We’ll also create a root component, called app which lays out the entire OM app, and is responsible for loading all data in om/IWillMount. You can check this in the full source.

Where’s the state with D3 + OM?

It’s important to have a clear understanding of the different levels where state can be kept, and what each level is appropriate for.

  • shared state – this is created during om.core/root under :shared and where a global pub/sub core.async channel (used to communicate shared async state changes) can be kept.

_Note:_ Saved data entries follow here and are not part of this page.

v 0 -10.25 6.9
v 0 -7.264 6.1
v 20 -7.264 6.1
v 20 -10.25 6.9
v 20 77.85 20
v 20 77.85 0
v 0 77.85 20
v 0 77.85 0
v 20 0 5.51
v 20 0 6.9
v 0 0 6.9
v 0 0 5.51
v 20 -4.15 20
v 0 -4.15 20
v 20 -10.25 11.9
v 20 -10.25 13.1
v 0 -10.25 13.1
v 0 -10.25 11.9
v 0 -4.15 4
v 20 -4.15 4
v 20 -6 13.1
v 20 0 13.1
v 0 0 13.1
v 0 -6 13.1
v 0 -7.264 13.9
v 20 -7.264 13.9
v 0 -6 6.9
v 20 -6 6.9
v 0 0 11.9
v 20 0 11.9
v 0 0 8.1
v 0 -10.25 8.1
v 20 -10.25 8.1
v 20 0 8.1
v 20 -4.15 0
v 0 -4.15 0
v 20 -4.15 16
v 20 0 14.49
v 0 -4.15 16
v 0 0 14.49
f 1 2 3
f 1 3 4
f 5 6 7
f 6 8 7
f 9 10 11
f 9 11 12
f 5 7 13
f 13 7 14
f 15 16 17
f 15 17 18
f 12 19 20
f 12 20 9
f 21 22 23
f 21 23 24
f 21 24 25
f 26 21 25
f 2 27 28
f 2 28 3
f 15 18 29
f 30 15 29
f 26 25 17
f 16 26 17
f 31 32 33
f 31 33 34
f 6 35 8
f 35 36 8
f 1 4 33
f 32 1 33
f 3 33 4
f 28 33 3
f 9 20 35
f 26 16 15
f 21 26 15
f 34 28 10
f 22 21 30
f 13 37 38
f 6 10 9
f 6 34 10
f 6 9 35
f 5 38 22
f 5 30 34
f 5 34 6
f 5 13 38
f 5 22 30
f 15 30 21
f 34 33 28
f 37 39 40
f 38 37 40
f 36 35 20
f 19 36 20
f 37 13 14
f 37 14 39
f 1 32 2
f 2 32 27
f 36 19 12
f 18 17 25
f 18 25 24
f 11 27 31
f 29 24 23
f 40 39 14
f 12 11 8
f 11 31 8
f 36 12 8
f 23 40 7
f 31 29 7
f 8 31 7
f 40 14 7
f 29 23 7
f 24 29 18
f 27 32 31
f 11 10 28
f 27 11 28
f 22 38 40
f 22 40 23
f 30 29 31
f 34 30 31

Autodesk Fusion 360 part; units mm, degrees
sketch "Sketch1" plane through (0, 0, 0) normal (1, 0, 0) x (0, 1, 0)
  line L0 (77.85, 0) -> (77.85, 20)
  line L1 (0, 10) -> (-14.9603, 10) construction
  line L2 (-4.15, 16) -> (0, 14.4895)
  line L3 (-7.2644, 13.9) -> (-10.25, 13.1)
  line L4 (0, 6.9) -> (-6, 6.9)
  line L5 (0, 20) -> (-4.15, 20)
  line L6 (0, 0) -> (77.85, 0)
  line L7 (-10.25, 6.9) -> (-10.25, 8.1)
  line L8 (-6, 6.9) -> (-7.2644, 6.1)
  line L9 (-10.25, 8.1) -> (0, 8.1)
  line L10 (-4.15, 4) -> (0, 5.5105)
  line L11 (-10.25, 13.1) -> (-10.25, 11.9)
  line L12 (-7.2644, 6.1) -> (-10.25, 6.9)
  line L13 (0, 10) -> (-14.9603, 10) construction
  line L14 (-4.15, 20) -> (-4.15, 16)
  line L15 (-4.15, 0) -> (-4.15, 4)
  line L16 (0, 20) -> (0, 0)
  line L17 (-6, 13.1) -> (-7.2644, 13.9)
  line L18 (0, 0) -> (-4.15, 0)
  line L19 (77.85, 0) -> (77.85, 20)
  line L20 (-10.25, 11.9) -> (0, 11.9)
  line L21 (0, 13.1) -> (-6, 13.1)
  line L22 (77.85, 20) -> (0, 20)
  dimension "d1" = 20
  dimension "d2" = 6
  dimension "d3" = 1.85
  dimension "d4" = 4
  dimension "d5" = 1.2
  dimension "d6" = 4.25
  dimension "d7" = 3.1
  dimension "d8" = 70
  dimension "d9" = 0.8
  dimension "d10" = 105
  dimension "d14" = 20
  dimension "d21" = 82
extrude "Extrude1" add sketch "Sketch1" along normal blind 20
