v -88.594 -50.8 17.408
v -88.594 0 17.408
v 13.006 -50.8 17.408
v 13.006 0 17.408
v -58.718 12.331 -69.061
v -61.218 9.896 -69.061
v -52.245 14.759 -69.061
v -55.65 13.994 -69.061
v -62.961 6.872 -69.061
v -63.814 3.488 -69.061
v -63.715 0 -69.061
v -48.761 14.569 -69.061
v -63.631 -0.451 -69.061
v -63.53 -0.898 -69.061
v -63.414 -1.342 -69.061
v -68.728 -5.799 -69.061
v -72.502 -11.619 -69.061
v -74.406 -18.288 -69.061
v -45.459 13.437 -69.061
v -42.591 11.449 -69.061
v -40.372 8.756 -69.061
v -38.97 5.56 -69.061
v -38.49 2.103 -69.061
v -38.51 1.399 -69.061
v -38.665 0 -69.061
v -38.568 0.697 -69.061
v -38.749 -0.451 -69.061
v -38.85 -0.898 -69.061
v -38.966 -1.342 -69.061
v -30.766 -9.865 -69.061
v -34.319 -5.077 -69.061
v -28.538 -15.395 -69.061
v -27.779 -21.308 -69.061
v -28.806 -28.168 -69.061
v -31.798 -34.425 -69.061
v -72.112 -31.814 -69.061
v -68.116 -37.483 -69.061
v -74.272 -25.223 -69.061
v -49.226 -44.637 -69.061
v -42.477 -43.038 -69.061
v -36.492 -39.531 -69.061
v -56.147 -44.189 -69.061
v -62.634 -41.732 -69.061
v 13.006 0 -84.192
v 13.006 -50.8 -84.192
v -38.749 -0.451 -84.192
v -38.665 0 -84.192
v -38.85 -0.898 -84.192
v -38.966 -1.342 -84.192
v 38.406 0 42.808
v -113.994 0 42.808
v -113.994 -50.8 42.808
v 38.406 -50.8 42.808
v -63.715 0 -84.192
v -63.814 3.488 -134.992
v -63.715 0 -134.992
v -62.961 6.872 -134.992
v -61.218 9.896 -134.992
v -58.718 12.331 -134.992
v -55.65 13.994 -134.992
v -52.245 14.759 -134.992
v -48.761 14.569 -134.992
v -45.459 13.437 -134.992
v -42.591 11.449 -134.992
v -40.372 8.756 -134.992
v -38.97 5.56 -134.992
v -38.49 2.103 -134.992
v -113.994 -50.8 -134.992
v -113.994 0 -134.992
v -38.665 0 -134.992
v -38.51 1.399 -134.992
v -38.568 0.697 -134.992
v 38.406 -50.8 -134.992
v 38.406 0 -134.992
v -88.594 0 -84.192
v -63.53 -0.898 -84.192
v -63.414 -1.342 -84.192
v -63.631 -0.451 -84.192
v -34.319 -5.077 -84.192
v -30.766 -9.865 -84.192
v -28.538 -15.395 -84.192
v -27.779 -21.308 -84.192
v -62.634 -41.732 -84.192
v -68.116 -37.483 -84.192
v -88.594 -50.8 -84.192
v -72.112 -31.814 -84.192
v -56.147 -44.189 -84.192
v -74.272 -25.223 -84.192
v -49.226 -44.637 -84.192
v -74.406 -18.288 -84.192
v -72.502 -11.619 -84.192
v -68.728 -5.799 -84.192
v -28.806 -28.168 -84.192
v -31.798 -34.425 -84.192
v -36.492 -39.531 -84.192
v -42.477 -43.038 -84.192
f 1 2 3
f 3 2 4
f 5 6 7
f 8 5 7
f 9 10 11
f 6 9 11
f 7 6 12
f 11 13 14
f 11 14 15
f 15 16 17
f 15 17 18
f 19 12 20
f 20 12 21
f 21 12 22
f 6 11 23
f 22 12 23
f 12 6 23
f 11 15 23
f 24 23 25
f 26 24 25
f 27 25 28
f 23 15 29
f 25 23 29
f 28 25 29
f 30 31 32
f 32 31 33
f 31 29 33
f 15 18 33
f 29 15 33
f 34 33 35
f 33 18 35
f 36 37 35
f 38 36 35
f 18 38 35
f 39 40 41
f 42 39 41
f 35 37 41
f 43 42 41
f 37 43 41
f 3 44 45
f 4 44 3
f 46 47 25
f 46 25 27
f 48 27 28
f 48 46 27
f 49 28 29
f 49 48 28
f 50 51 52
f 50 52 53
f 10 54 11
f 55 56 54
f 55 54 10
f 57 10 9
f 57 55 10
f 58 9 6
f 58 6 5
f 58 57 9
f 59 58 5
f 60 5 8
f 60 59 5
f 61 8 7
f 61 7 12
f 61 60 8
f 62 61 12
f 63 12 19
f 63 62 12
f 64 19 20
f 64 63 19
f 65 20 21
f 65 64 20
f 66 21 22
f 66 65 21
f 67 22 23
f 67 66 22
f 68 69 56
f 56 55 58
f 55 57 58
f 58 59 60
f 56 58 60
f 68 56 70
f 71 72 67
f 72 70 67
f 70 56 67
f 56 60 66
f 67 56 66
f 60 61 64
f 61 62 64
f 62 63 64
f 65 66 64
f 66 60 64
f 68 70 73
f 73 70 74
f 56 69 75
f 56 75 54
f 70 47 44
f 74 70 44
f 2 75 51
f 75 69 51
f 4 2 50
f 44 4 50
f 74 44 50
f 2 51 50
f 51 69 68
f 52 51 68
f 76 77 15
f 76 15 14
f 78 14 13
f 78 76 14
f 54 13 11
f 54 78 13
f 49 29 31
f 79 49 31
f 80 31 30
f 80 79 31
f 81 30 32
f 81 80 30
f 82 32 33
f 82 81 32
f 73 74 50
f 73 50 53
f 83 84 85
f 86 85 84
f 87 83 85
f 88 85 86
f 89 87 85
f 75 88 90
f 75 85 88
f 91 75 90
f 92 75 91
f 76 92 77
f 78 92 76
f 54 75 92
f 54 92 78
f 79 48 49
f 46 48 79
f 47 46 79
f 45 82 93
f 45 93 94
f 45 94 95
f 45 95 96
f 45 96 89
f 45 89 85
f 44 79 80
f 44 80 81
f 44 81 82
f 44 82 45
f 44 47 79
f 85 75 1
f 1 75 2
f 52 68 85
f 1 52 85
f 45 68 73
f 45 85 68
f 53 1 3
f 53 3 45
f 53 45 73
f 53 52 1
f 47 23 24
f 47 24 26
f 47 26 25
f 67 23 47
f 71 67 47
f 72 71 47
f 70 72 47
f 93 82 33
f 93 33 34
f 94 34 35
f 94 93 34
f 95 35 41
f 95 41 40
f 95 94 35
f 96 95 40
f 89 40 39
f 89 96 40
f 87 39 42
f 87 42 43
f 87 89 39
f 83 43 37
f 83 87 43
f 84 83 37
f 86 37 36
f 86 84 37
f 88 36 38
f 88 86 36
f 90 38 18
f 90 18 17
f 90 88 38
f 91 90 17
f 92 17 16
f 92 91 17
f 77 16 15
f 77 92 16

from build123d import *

# Parameters (mm, degrees)
F0_W         = 152.4
F0_H         = 152.4
F0_W_2       = 101.6
F0_H_2       = 101.6
F1_DEPTH     = 25.4
F2_W         = 152.4
F2_H         = 152.4
F2_W_2       = 101.6
F2_H_2       = 101.6
F1_FACE1_W   = 152.4
F1_FACE1_H   = 152.4
F1_FACE1_W_2 = 101.6
F1_FACE1_H_2 = 101.6
F3_DEPTH     = 25.4
F4_DEPTH     = 25.4
F6_DEPTH     = 65.9318938851


with BuildPart() as f1:
    # F0 (on Front) → F1 (new body)
    with BuildSketch(Plane.XZ):
        with Locations((-37.793815136, -33.3924548149)):
            Rectangle(F0_W, F0_H)
        with Locations((-37.793815136, -33.3924548149)):
            Rectangle(F0_W_2, F0_H_2, mode=Mode.SUBTRACT)
    extrude(amount=F1_DEPTH)

    # F2 (on face) + F1_face1 (on face) → F3 (join)
    with BuildSketch(Plane.XZ.offset(25.4)):
        with Locations((-37.793815136, -33.3924548149)):
            Rectangle(F2_W, F2_H)
        with Locations((-37.793815136, -33.3924548149)):
            Rectangle(F2_W_2, F2_H_2, mode=Mode.SUBTRACT)
    with BuildSketch(Plane(origin=(-37.793815136, 0, -33.3924548149), x_dir=(1, 0, 0), z_dir=(0, 1, 0))):
        Rectangle(F1_FACE1_W, F1_FACE1_H)
        Rectangle(F1_FACE1_W_2, F1_FACE1_H_2, mode=Mode.SUBTRACT)
    extrude(amount=F3_DEPTH, dir=(0, -1, 0))

    # F4 (add): a face of the model
    f4_faces = [f1.faces().sort_by_distance(p)[0] for p in [
        (-37.793815136, -25.4, -109.5924548149),
    ]]
    extrude(f4_faces, amount=F4_DEPTH)

    # F5 (on face) → F6 (join)
    with BuildSketch(Plane(origin=(0, 0, -134.9924548149), x_dir=(1, 0, 0), z_dir=(0, 0, -1))):
        with BuildLine():
            ThreePointArc((-38.6654032298, 0), (-38.7976029218, 0.6748576376), (-38.9661378476, 1.3415701457))
            ThreePointArc((-38.9661378476, 1.3415701457), (-40.2086037303, 0.632175677), (-41.4920817767, 0))
            Line((-41.4920817767, 0), (-38.6654032298, 0))
        make_face()
        with BuildLine():
            ThreePointArc((-38.9661378476, 1.3415701457), (-51.1900559068, 10.5968891325), (-63.4139739659, 1.3415701457))
            ThreePointArc((-63.4139739659, 1.3415701457), (-62.1715080832, 0.632175677), (-60.8880300369, 0))
            Line((-60.8880300369, 0), (-41.4920817767, 0))
            ThreePointArc((-41.4920817767, 0), (-40.2086037303, 0.632175677), (-38.9661378476, 1.3415701457))
        make_face()
        with BuildLine():
            ThreePointArc((-60.8880300369, 0), (-62.1715080832, 0.632175677), (-63.4139739659, 1.3415701457))
            ThreePointArc((-63.4139739659, 1.3415701457), (-63.5825088917, 0.6748576376), (-63.7147085837, 0))
            Line((-63.7147085837, 0), (-60.8880300369, 0))
        make_face()
        with BuildLine():
            ThreePointArc((-41.4920817767, 0), (-51.1900559068, -2.1031108675), (-60.8880300369, 0))
            Line((-60.8880300369, 0), (-63.7147085837, 0))
            ThreePointArc((-63.7147085837, 0), (-52.2452599161, -14.7591981183), (-38.4900559068, -2.1031108675))
            ThreePointArc((-38.4900559068, -2.1031108675), (-38.533968656, -1.0479068583), (-38.6654032298, 0))
            Line((-38.6654032298, 0), (-41.4920817767, 0))
        make_face()
        with BuildLine():
            Line((-41.4920817767, 0), (-60.8880300369, 0))
            ThreePointArc((-60.8880300369, 0), (-51.1900559068, -2.1031108675), (-41.4920817767, 0))
        make_face()
        with BuildLine():
            ThreePointArc((-38.9661378476, 1.3415701457), (-30.7660990603, 9.8646449948), (-27.7785993191, 21.3083457202))
            ThreePointArc((-27.7785993191, 21.3083457202), (-62.6337566322, 41.7323025666), (-63.4139739659, 1.3415701457))
            ThreePointArc((-63.4139739659, 1.3415701457), (-51.1900559068, 10.5968891325), (-38.9661378476, 1.3415701457))
        make_face()
    extrude(amount=-F6_DEPTH)


solid = f1.part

    (om/root app app-state {:target (. js/document (getElementById "app"))
                            :shared (let [publisher (chan)]
                                      {:publisher publisher
                                       :publication (pub publisher first)
                                       :init {:oil-prod-max-val 0
                                              :ts (js/Date. 0)}
                                       })})
    
  • app state – the data. Available to OM components as cursors.

    (def app-state
      (atom {:oil-data (sorted-map) ; {date1 {:production {"CA" 232 ...} "SpotPrice" 23} date2 {...}
             }))
    
  • component/local state – state only relevant within the component, appropriate for storing some mutable state for D3 visuals. Initialized in om/IInitState, accessed via om/get-state, and modified via om/set-state! and om/update-state!

  • shared async state – a concept we introduced for Inter-Component Communication. It’s state which is asynchronously communicated between components and eventually consistent. Basically, a more formalized take on Publish & Notification Channels. Usage detailed below.

Inter-Component Communication

Discovering hidden gems in data often require simultaneously having multiple visuals on the same page to see the data from different perspectives. These visuals must be correlated and dynamic in order for the user to detect complex relationships. Using shared async state as a means of inter-component communication can be very effective.

How is shared async state different than app state?

  • it’s not the data (which is what app state is appropriate for), but rather how to display the data.
  • app state can only be accessed via cursors, which has a couple limitations:
    • must be a map or vector. Can be unnatural for passing display-related values like color, timestamp, index, etc.
    • cursors are hierarchical, meaning a component’s cursor is a subset of its parent’s cursor. This is partially mitigated via reference cursors, but I’ve personally found this approach to be less explicit about what the dependencies are.
  • following React/OM’s philosophy, we don’t care how the related components are rendered, just that we’ll end up with a consistent view of the related components. Changes in app state will only render consistent views, whereas changes in shared async state will eventually render consistent views.
    • This means that with related components A & B, component A could be rendering changes in :ts at 10 Hz, whereas the more computationally expensive component B could be rendering changes in :ts at a much lower rate of 1 Hz.
    • By relaxing the consistent-rendering constraint, we decouple the visual renderings of related components to achieve a higher (perceived) refresh-rate.

In our example, we’ll add a component, timeseries, which will show a time series of the price of oil, and function as a time-slider for map-chart. They have timestamp :ts as their shared async state.

timeseries graph

shared async state is implemented using core.async channels:

  1. determine the shared async state between components, this could mean time, zoom-level, etc.
  2. every component is capable of changing shared async state via the global pub/sub core.async channel
  3. each component should subscribe to and keep a copy (in local state) of the shared async state it’s interested in. Copying an update to local state will automatically trigger rerenders via IDidUpdate. A convenience function d3om.core/shared-async->local-state does this, and should be called in om/IWillMount.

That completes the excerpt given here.